--- START ---

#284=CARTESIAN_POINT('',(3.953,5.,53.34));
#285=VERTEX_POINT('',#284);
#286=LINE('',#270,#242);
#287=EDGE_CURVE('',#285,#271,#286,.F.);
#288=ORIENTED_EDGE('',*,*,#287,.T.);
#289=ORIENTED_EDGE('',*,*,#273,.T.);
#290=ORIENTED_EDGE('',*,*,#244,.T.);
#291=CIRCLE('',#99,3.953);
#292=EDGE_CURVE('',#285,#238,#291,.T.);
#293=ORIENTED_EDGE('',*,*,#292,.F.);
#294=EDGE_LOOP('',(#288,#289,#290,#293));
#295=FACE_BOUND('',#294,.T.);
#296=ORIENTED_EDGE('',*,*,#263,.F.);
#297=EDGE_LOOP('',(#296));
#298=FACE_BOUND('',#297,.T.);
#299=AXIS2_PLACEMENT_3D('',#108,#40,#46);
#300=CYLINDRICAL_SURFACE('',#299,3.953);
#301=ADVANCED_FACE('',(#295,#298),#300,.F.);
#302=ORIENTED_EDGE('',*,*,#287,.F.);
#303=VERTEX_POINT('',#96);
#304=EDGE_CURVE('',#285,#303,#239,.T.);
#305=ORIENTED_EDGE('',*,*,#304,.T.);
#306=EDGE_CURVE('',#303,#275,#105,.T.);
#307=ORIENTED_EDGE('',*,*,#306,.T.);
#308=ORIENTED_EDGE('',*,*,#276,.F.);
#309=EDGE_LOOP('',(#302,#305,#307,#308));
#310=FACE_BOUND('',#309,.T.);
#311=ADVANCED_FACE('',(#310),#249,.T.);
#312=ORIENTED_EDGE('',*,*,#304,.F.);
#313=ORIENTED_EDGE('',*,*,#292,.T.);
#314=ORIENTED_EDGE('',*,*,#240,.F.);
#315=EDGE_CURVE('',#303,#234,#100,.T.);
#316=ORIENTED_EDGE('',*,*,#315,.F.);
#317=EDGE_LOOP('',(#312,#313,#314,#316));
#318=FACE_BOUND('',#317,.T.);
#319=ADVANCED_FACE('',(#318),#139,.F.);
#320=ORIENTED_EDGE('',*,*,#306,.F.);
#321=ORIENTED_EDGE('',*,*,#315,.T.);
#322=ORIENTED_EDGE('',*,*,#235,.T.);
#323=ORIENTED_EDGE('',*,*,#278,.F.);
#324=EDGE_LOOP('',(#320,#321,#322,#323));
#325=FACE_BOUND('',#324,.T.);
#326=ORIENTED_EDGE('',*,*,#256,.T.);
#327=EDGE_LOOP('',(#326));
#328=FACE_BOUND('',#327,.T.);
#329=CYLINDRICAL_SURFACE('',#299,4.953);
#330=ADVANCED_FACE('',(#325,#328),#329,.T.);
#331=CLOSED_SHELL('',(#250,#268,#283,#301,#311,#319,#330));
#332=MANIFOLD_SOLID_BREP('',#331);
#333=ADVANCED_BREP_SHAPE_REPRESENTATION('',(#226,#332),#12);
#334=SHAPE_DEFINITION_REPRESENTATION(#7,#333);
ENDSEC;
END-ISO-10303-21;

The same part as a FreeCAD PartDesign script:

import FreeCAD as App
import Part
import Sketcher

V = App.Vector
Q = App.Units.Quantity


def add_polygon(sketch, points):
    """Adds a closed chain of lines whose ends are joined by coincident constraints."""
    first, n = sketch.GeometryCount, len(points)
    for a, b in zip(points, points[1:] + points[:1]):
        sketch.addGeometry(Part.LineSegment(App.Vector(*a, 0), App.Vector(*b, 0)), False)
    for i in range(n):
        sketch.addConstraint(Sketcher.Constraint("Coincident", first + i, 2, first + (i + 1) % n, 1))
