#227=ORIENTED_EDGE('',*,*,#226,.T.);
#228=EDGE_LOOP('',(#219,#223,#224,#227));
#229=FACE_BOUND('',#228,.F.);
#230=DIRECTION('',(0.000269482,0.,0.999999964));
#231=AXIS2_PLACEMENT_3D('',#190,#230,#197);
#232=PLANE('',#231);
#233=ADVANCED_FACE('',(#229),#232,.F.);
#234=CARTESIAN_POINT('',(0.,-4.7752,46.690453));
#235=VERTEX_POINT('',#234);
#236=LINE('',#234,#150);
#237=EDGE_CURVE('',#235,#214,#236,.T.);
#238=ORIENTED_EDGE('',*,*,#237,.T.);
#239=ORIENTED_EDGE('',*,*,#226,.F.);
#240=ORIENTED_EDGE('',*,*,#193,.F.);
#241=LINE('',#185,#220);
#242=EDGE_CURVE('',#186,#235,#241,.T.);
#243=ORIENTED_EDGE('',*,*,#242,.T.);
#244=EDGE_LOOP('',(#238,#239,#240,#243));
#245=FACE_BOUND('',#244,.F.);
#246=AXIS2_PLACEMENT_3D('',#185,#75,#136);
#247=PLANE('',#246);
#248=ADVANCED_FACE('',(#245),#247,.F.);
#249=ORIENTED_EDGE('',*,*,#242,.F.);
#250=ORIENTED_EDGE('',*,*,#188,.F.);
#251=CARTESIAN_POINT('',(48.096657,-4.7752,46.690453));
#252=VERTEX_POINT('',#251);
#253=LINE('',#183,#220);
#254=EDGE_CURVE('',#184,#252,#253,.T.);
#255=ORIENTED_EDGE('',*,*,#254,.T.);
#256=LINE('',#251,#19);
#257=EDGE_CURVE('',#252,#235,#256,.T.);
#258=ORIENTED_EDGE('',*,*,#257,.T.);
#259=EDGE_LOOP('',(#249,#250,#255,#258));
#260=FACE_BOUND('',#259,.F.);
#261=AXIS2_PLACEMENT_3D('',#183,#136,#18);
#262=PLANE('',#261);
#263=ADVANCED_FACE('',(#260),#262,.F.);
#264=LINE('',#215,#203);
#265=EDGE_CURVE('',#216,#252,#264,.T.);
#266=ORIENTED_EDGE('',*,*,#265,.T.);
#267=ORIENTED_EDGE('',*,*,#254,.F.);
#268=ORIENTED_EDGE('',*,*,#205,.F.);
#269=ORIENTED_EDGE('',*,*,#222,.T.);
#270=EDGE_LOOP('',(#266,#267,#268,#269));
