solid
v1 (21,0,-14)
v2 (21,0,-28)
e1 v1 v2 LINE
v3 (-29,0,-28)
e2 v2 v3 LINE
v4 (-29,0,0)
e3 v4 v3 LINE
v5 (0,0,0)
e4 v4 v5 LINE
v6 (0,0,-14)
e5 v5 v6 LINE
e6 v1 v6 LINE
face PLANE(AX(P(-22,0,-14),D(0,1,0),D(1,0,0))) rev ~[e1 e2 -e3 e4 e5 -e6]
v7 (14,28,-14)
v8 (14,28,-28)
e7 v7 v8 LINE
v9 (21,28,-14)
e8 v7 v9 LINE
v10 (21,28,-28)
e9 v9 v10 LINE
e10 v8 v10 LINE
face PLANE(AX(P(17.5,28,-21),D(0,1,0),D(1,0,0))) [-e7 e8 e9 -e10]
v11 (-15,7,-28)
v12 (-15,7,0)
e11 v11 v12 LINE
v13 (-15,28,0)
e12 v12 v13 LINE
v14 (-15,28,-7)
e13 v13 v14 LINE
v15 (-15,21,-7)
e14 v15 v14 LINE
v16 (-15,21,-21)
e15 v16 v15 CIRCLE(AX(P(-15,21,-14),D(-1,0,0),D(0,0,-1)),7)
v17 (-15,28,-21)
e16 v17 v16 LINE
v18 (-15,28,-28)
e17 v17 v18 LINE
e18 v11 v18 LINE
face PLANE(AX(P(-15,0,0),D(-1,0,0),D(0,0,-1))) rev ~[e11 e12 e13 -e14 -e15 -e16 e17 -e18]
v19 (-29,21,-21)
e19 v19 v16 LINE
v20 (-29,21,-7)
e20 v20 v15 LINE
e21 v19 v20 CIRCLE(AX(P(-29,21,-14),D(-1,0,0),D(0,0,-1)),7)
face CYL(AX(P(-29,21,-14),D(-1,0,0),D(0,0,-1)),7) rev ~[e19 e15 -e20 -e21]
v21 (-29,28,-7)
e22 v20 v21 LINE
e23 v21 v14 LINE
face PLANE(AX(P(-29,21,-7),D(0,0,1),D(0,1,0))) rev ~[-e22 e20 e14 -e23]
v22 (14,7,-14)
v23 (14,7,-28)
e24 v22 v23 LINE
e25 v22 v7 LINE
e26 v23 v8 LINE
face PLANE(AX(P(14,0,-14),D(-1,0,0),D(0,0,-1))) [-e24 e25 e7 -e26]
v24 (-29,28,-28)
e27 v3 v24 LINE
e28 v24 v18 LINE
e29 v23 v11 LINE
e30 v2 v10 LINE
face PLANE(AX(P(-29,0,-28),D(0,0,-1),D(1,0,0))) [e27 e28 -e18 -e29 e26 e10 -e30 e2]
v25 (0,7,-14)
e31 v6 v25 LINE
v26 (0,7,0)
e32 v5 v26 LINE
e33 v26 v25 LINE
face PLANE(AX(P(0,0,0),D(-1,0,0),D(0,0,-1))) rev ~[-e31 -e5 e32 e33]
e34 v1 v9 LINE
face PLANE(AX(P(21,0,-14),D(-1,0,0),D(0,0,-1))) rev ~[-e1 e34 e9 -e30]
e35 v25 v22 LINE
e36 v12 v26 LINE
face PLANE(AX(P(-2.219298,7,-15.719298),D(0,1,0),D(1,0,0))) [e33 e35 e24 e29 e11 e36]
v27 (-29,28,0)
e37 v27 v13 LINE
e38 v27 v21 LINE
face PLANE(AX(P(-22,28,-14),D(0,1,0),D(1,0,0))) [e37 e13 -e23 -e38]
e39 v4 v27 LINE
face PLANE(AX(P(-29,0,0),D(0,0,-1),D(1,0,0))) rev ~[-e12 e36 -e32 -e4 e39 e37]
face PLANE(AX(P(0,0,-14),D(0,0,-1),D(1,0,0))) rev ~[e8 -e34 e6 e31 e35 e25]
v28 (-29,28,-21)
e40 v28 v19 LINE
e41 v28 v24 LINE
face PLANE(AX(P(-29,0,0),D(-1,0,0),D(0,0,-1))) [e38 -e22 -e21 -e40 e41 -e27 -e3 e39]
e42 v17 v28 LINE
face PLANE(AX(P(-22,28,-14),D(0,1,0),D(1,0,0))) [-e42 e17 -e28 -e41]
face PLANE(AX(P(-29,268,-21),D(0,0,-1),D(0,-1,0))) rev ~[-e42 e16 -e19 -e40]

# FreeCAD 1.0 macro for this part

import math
import FreeCAD as App
import Part
import Sketcher
from FreeCAD import Vector
Q = App.Units.Quantity


def add_polygon(sketch, points):
    """Adds a closed chain of lines whose ends are joined by coincident constraints."""
    first, n = sketch.GeometryCount, len(points)
    for a, b in zip(points, points[1:] + points[:1]):
        sketch.addGeometry(Part.LineSegment(App.Vector(*a, 0), App.Vector(*b, 0)), False)
    for i in range(n):
        sketch.addConstraint(Sketcher.Constraint("Coincident", first + i, 2, first + (i + 1) % n, 1))

doc = App.newDocument("Part")
body = doc.addObject("PartDesign::Body", "Body")

sketch1 = body.newObject("Sketcher::SketchObject", "Sketch")
sketch1.AttachmentSupport = (doc.getObject("XZ_Plane"), [""])
sketch1.MapMode = "FlatFace"
add_polygon(sketch1, [(-15, 0), (0, 0), (0, -14), (14, -14), (14, -28), (-15, -28)])
sketch1.addConstraint([
    Sketcher.Constraint("Horizontal", 0),
    Sketcher.Constraint("Vertical", 1),
    Sketcher.Constraint("Horizontal", 2),
    Sketcher.Constraint("Vertical", 3),
    Sketcher.Constraint("Horizontal", 4),
    Sketcher.Constraint("Vertical", 5),
    Sketcher.Constraint("Coincident", 0, 2, -1, 1),
    Sketcher.Constraint("Equal", 2, 1),
    Sketcher.Constraint("Equal", 1, 3),
    Sketcher.Constraint("DistanceX", 0, 1, 0, 2, Q("15 mm")),
    Sketcher.Constraint("DistanceX", 2, 1, 2, 2, Q("14 mm")),
])
pad1 = body.newObject("PartDesign::Pad", "Pad")
pad1.Profile = sketch1
pad1.Length = 7
pad1.Reversed = True

sketch2 = body.newObject("Sketcher::SketchObject", "Sketch001")
sketch2.AttachmentSupport = (doc.getObject("XZ_Plane"), [""])
sketch2.MapMode = "FlatFace"
add_polygon(sketch2, [(-29, -28), (-29, 0), (-15, 0), (-15, -28)])
add_polygon(sketch2, [(14, -28), (14, -14), (21, -14), (21, -28)])
sketch2.addConstraint([
    Sketcher.Constraint("Vertical", 0),
    Sketcher.Constraint("Horizontal", 1),
    Sketcher.Constraint("Vertical", 2),
    Sketcher.Constraint("Horizontal", 3),
    Sketcher.Constraint("Vertical", 4),
    Sketcher.Constraint("Horizontal", 5),
    Sketcher.Constraint("Vertical", 6),
    Sketcher.Constraint("Horizontal", 7),
    Sketcher.Constraint("PointOnObject", 0, 2, -1),
    Sketcher.Constraint("Horizontal", 3, 2, 6, 2),
    Sketcher.Constraint("Equal", 3, 4),
    Sketcher.Constraint("DistanceX", 1, 1, 1, 2, Q("14 mm")),
    Sketcher.Constraint("DistanceX", 5, 1, 5, 2, Q("7 mm")),
    Sketcher.Constraint("DistanceY", 0, 1, 0, 2, Q("28 mm")),
    Sketcher.Constraint("DistanceX", 0, 2, -1, 1, Q("29 mm")),
    Sketcher.Constraint("DistanceX", -1, 1, 4, 2, Q("14 mm")),
])
pad2 = body.newObject("PartDesign::Pad", "Pad001")
pad2.Profile = sketch2
pad2.Length = 28
pad2.Reversed = True

sketch3 = body.newObject("Sketcher::SketchObject", "Sketch002")
sketch3.AttachmentSupport = (doc.getObject("YZ_Plane"), [""])
sketch3.MapMode = "FlatFace"
sketch3.AttachmentOffset = App.Placement(Vector(0, 0, -29), App.Rotation())
sketch3.addGeometry([
    Part.ArcOfCircle(Part.Circle(Vector(21, -14, 0), Vector(0, 0, 1), 7), math.radians(90), math.radians(270)),
    Part.LineSegment(Vector(21, -7, 0), Vector(268, -7, 0)),
    Part.LineSegment(Vector(268, -7, 0), Vector(268, -21, 0)),
    Part.LineSegment(Vector(268, -21, 0), Vector(21, -21, 0)),
], False)
sketch3.addConstraint([
    Sketcher.Constraint("Tangent", 0, 1, 1, 1),
    Sketcher.Constraint("Coincident", 1, 2, 2, 1),
    Sketcher.Constraint("Coincident", 2, 2, 3, 1),
    Sketcher.Constraint("Tangent", 3, 2, 0, 2),
    Sketcher.Constraint("Horizontal", 1),
    Sketcher.Constraint("Vertical", 2),
    Sketcher.Constraint("Horizontal", 3),
    Sketcher.Constraint("Radius", 0, Q("7 mm")),
    Sketcher.Constraint("DistanceX", 1, 1, 1, 2, Q("247 mm")),
    Sketcher.Constraint("DistanceX", -1, 1, 0, 3, Q("21 mm")),
    Sketcher.Constraint("DistanceY", 0, 3, -1, 1, Q("14 mm")),
])
pocket1 = body.newObject("PartDesign::Pocket", "Pocket")
pocket1.Profile = sketch3
pocket1.Type = "TwoLengths"
pocket1.Length = 1
pocket1.Length2 = 28

doc.recompute()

--- END ---

→ **To do**
Among the entries above, the line containing "v10 (21,28,-28)", the line containing "e32 v5 v26 LINE", and all lines between them are to be restated word for word; nothing else belongs in the reply.

→ **Expected answer**
v10 (21,28,-28)
e9 v9 v10 LINE
e10 v8 v10 LINE
face PLANE(AX(P(17.5,28,-21),D(0,1,0),D(1,0,0))) [-e7 e8 e9 -e10]
v11 (-15,7,-28)
v12 (-15,7,0)
e11 v11 v12 LINE
v13 (-15,28,0)
e12 v12 v13 LINE
v14 (-15,28,-7)
e13 v13 v14 LINE
v15 (-15,21,-7)
e14 v15 v14 LINE
v16 (-15,21,-21)
e15 v16 v15 CIRCLE(AX(P(-15,21,-14),D(-1,0,0),D(0,0,-1)),7)
v17 (-15,28,-21)
e16 v17 v16 LINE
v18 (-15,28,-28)
e17 v17 v18 LINE
e18 v11 v18 LINE
face PLANE(AX(P(-15,0,0),D(-1,0,0),D(0,0,-1))) rev ~[e11 e12 e13 -e14 -e15 -e16 e17 -e18]
v19 (-29,21,-21)
e19 v19 v16 LINE
v20 (-29,21,-7)
e20 v20 v15 LINE
e21 v19 v20 CIRCLE(AX(P(-29,21,-14),D(-1,0,0),D(0,0,-1)),7)
face CYL(AX(P(-29,21,-14),D(-1,0,0),D(0,0,-1)),7) rev ~[e19 e15 -e20 -e21]
v21 (-29,28,-7)
e22 v20 v21 LINE
e23 v21 v14 LINE
face PLANE(AX(P(-29,21,-7),D(0,0,1),D(0,1,0))) rev ~[-e22 e20 e14 -e23]
v22 (14,7,-14)
v23 (14,7,-28)
e24 v22 v23 LINE
e25 v22 v7 LINE
e26 v23 v8 LINE
face PLANE(AX(P(14,0,-14),D(-1,0,0),D(0,0,-1))) [-e24 e25 e7 -e26]
v24 (-29,28,-28)
e27 v3 v24 LINE
e28 v24 v18 LINE
e29 v23 v11 LINE
e30 v2 v10 LINE
face PLANE(AX(P(-29,0,-28),D(0,0,-1),D(1,0,0))) [e27 e28 -e18 -e29 e26 e10 -e30 e2]
v25 (0,7,-14)
e31 v6 v25 LINE
v26 (0,7,0)
e32 v5 v26 LINE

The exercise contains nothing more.